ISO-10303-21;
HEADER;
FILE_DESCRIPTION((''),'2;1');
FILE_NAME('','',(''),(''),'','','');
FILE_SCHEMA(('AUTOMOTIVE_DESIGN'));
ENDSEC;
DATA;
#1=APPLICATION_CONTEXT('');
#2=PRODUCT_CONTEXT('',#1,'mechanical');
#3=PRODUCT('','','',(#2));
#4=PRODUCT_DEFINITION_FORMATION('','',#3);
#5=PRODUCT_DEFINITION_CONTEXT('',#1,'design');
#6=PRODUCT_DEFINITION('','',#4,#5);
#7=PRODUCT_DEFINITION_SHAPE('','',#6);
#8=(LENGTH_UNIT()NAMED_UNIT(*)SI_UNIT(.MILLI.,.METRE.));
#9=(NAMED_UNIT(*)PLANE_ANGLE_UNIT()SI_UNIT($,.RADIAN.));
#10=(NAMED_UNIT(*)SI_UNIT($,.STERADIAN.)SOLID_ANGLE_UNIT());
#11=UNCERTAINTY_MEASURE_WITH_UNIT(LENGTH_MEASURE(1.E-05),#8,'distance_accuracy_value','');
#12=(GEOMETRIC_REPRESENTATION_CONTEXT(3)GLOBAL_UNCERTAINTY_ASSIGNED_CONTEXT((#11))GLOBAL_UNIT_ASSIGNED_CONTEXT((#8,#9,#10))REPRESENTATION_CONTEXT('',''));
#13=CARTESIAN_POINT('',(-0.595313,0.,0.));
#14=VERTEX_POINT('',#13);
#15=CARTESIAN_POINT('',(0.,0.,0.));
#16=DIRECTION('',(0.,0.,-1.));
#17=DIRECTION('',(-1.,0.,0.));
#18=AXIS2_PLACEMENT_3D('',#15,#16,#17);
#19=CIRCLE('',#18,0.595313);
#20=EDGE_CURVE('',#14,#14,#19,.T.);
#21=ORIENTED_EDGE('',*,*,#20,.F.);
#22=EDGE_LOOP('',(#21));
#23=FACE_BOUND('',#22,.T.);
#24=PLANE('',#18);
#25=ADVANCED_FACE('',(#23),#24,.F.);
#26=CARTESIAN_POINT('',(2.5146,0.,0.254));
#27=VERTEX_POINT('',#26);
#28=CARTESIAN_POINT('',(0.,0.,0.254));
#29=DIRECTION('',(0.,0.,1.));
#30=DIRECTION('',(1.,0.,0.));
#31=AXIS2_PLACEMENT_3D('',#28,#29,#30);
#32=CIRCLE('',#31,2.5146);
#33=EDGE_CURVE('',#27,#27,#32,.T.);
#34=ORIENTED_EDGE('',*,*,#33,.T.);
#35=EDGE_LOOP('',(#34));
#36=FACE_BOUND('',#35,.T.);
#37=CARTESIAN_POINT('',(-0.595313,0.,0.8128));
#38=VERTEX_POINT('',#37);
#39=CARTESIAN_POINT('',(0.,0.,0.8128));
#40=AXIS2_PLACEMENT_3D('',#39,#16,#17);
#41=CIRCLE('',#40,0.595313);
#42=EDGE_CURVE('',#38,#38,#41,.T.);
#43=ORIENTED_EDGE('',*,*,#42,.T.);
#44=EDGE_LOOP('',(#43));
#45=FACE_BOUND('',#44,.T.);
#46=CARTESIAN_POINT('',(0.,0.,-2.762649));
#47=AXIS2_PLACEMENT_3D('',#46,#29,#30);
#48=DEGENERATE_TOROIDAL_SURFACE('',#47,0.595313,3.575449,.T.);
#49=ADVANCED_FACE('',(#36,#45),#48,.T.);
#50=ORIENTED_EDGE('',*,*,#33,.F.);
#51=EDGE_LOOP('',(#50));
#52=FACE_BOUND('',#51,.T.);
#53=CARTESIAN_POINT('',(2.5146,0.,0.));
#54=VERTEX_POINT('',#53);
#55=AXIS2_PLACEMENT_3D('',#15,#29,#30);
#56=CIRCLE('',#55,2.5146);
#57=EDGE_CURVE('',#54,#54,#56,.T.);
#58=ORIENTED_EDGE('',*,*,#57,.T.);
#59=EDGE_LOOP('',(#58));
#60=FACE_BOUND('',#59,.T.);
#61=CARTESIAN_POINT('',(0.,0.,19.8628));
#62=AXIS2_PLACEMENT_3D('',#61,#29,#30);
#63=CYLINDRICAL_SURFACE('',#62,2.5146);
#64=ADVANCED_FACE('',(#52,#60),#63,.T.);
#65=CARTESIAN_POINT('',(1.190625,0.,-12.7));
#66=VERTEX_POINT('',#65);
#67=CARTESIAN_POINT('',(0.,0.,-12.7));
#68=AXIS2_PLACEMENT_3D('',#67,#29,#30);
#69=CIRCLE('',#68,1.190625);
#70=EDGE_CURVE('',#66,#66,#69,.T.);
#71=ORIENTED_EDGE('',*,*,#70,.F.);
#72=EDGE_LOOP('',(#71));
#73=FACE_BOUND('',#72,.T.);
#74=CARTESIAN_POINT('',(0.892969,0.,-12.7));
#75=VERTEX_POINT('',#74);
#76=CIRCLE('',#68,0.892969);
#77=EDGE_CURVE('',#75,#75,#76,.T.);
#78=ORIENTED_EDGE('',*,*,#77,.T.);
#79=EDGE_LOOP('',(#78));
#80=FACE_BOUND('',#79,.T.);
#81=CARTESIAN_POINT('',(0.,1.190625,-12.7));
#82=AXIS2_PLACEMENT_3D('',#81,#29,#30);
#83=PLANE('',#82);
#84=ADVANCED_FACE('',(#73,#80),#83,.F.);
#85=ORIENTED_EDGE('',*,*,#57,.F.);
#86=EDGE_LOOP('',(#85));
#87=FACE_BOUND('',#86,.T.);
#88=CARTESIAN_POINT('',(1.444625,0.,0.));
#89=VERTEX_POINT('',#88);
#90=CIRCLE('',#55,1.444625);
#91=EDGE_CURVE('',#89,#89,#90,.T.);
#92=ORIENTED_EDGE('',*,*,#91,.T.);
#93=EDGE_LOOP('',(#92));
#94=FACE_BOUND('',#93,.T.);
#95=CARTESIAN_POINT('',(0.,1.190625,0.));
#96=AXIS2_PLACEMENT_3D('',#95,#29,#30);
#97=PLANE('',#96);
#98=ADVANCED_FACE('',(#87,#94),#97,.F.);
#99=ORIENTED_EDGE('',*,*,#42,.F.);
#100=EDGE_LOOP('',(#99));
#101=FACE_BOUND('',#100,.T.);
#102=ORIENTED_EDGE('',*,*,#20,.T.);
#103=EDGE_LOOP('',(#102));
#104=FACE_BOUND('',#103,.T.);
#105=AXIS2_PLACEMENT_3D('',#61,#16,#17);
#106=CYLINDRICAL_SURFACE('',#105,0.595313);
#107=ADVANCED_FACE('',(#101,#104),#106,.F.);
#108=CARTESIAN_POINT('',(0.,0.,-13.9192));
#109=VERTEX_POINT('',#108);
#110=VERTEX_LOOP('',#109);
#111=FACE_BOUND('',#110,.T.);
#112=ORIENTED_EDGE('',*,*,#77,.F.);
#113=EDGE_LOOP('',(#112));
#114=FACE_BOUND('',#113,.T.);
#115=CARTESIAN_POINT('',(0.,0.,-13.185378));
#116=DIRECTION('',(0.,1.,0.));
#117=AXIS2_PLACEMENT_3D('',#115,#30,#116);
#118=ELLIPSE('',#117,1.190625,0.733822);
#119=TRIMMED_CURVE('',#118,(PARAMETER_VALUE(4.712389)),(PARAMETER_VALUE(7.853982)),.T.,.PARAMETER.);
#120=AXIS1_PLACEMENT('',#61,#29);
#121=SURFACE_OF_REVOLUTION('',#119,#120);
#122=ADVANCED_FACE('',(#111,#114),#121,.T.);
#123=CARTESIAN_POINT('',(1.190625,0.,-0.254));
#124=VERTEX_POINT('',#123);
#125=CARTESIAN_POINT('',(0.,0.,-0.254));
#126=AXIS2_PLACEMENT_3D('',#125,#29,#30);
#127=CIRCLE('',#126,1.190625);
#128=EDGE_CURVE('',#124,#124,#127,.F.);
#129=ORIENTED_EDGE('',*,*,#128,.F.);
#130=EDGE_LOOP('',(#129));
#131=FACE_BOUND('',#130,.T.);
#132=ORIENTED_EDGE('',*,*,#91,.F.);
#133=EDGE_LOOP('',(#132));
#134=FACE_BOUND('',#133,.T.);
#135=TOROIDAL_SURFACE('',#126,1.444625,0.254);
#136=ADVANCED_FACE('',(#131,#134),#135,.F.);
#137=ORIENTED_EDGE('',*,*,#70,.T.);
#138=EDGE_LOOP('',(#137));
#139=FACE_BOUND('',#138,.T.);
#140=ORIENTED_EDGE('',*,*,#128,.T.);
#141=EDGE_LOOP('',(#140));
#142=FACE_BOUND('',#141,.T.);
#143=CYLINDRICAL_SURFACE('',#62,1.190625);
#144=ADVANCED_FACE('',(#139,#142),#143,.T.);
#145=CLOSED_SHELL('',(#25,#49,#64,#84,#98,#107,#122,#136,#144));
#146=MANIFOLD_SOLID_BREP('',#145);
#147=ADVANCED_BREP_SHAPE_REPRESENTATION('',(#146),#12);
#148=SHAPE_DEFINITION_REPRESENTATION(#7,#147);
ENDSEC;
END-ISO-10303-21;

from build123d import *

# Parameters (mm, degrees)
CUT_EXTRUDE1_DEPTH      = 21.178633531
CUT_EXTRUDE1_DEPTH_BACK = 21.178633531
CUT_EXTRUDE2_DEPTH      = 21.178633531
CUT_EXTRUDE2_DEPTH_BACK = 21.178633531
FILLET2_R               = 0.254
SKETCH7_R               = 0.5953125
CUT_EXTRUDE3_DEPTH      = 21.178633531


with BuildPart() as part:
    # Sketch2 → Revolve1 (revolve)
    with BuildSketch(Plane(origin=(0, 0, 0), x_dir=(0, 0, -1), z_dir=(1, 0, 0)), mode=Mode.PRIVATE) as revolve1_sk:
        with BuildLine():
            Line((-19.8628, 0), (-19.8628, 0.5953125))
            Line((-19.8628, 0.5953125), (-0.8128, 0.5953125))
            ThreePointArc((-0.8128, 0.5953125), (-0.670258675, 1.594802613), (-0.254, 2.5146))
            Line((-0.254, 2.5146), (0, 2.5146))
            Line((0, 2.5146), (0, 1.190625))
            Line((0, 1.190625), (12.7, 1.190625))
            Line((12.7, 1.190625), (12.7, 0.89296875))
            add(Edge.make_bspline(
                [(13.9192, 0), (13.9192, 2.637532552), (12.7, 0.89296875)],
                knots=[4.71238898, 4.71238898, 4.71238898, 7.005919555, 7.005919555, 7.005919555], degree=2, weights=[1, 0.411437828, 1]))
            Line((13.9192, 0), (12.7, 0))
            Line((12.7, 0), (-19.8628, 0))
        make_face()
    revolve(revolve1_sk.sketch.rotate(Axis((0, 0, 19.8628), (0, 0, -1)), 90), axis=Axis((0, 0, 19.8628), (0, 0, -1)))

    # Sketch3 → Cut-Extrude1 (cut, two sides: drawn at the far end of the back side and taken through both)
    with BuildSketch(Plane(origin=(0, 0, 0), x_dir=(1, 0, 0), z_dir=(0, 1, 0)).offset(-CUT_EXTRUDE1_DEPTH_BACK)):
        Polygon((0, -19.8628), (0.7985125, -18.822158249), (0.7985125, -20.3708), (-0.7985125, -20.3708), (-0.7985125, -18.822158249), align=None)
    extrude(amount=CUT_EXTRUDE1_DEPTH + CUT_EXTRUDE1_DEPTH_BACK, mode=Mode.SUBTRACT)

    # Sketch4 → Cut-Extrude2 (cut, two sides: drawn at the far end of the back side and taken through both)
    with BuildSketch(Plane(origin=(0, 0, 0), x_dir=(0, 0, -1), z_dir=(1, 0, 0)).offset(-CUT_EXTRUDE2_DEPTH_BACK)):
        Polygon((-20.1168, 0), (-19.0134875, 1.1033125), (-20.3708, 1.1033125), (-20.3708, -1.1033125), (-19.0134875, -1.1033125), align=None)
    extrude(amount=CUT_EXTRUDE2_DEPTH + CUT_EXTRUDE2_DEPTH_BACK, mode=Mode.SUBTRACT)

    # Fillet2
    fillet2_edges = [part.edges().sort_by_distance(p)[0] for p in [
        (-1.190625, 0, 0),
    ]]
    fillet(fillet2_edges, radius=FILLET2_R)

    # Sketch7 → Cut-Extrude3 (cut, through all)
    with BuildSketch(Plane(origin=(0, 0, 0), x_dir=(-1, 0, 0), z_dir=(0, 0, -1))):
        Circle(SKETCH7_R)
    extrude(amount=-CUT_EXTRUDE3_DEPTH, mode=Mode.SUBTRACT)


solid = part.part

_Your task_
Restate word for word the entries above from the line with "#79=EDGE_LOOP('',(#78));" through the line with "#86=EDGE_LOOP('',(#85));", inclusive, leaving out everything else.

_Response area_
#79=EDGE_LOOP('',(#78));
#80=FACE_BOUND('',#79,.T.);
#81=CARTESIAN_POINT('',(0.,1.190625,-12.7));
#82=AXIS2_PLACEMENT_3D('',#81,#29,#30);
#83=PLANE('',#82);
#84=ADVANCED_FACE('',(#73,#80),#83,.F.);
#85=ORIENTED_EDGE('',*,*,#57,.F.);
#86=EDGE_LOOP('',(#85));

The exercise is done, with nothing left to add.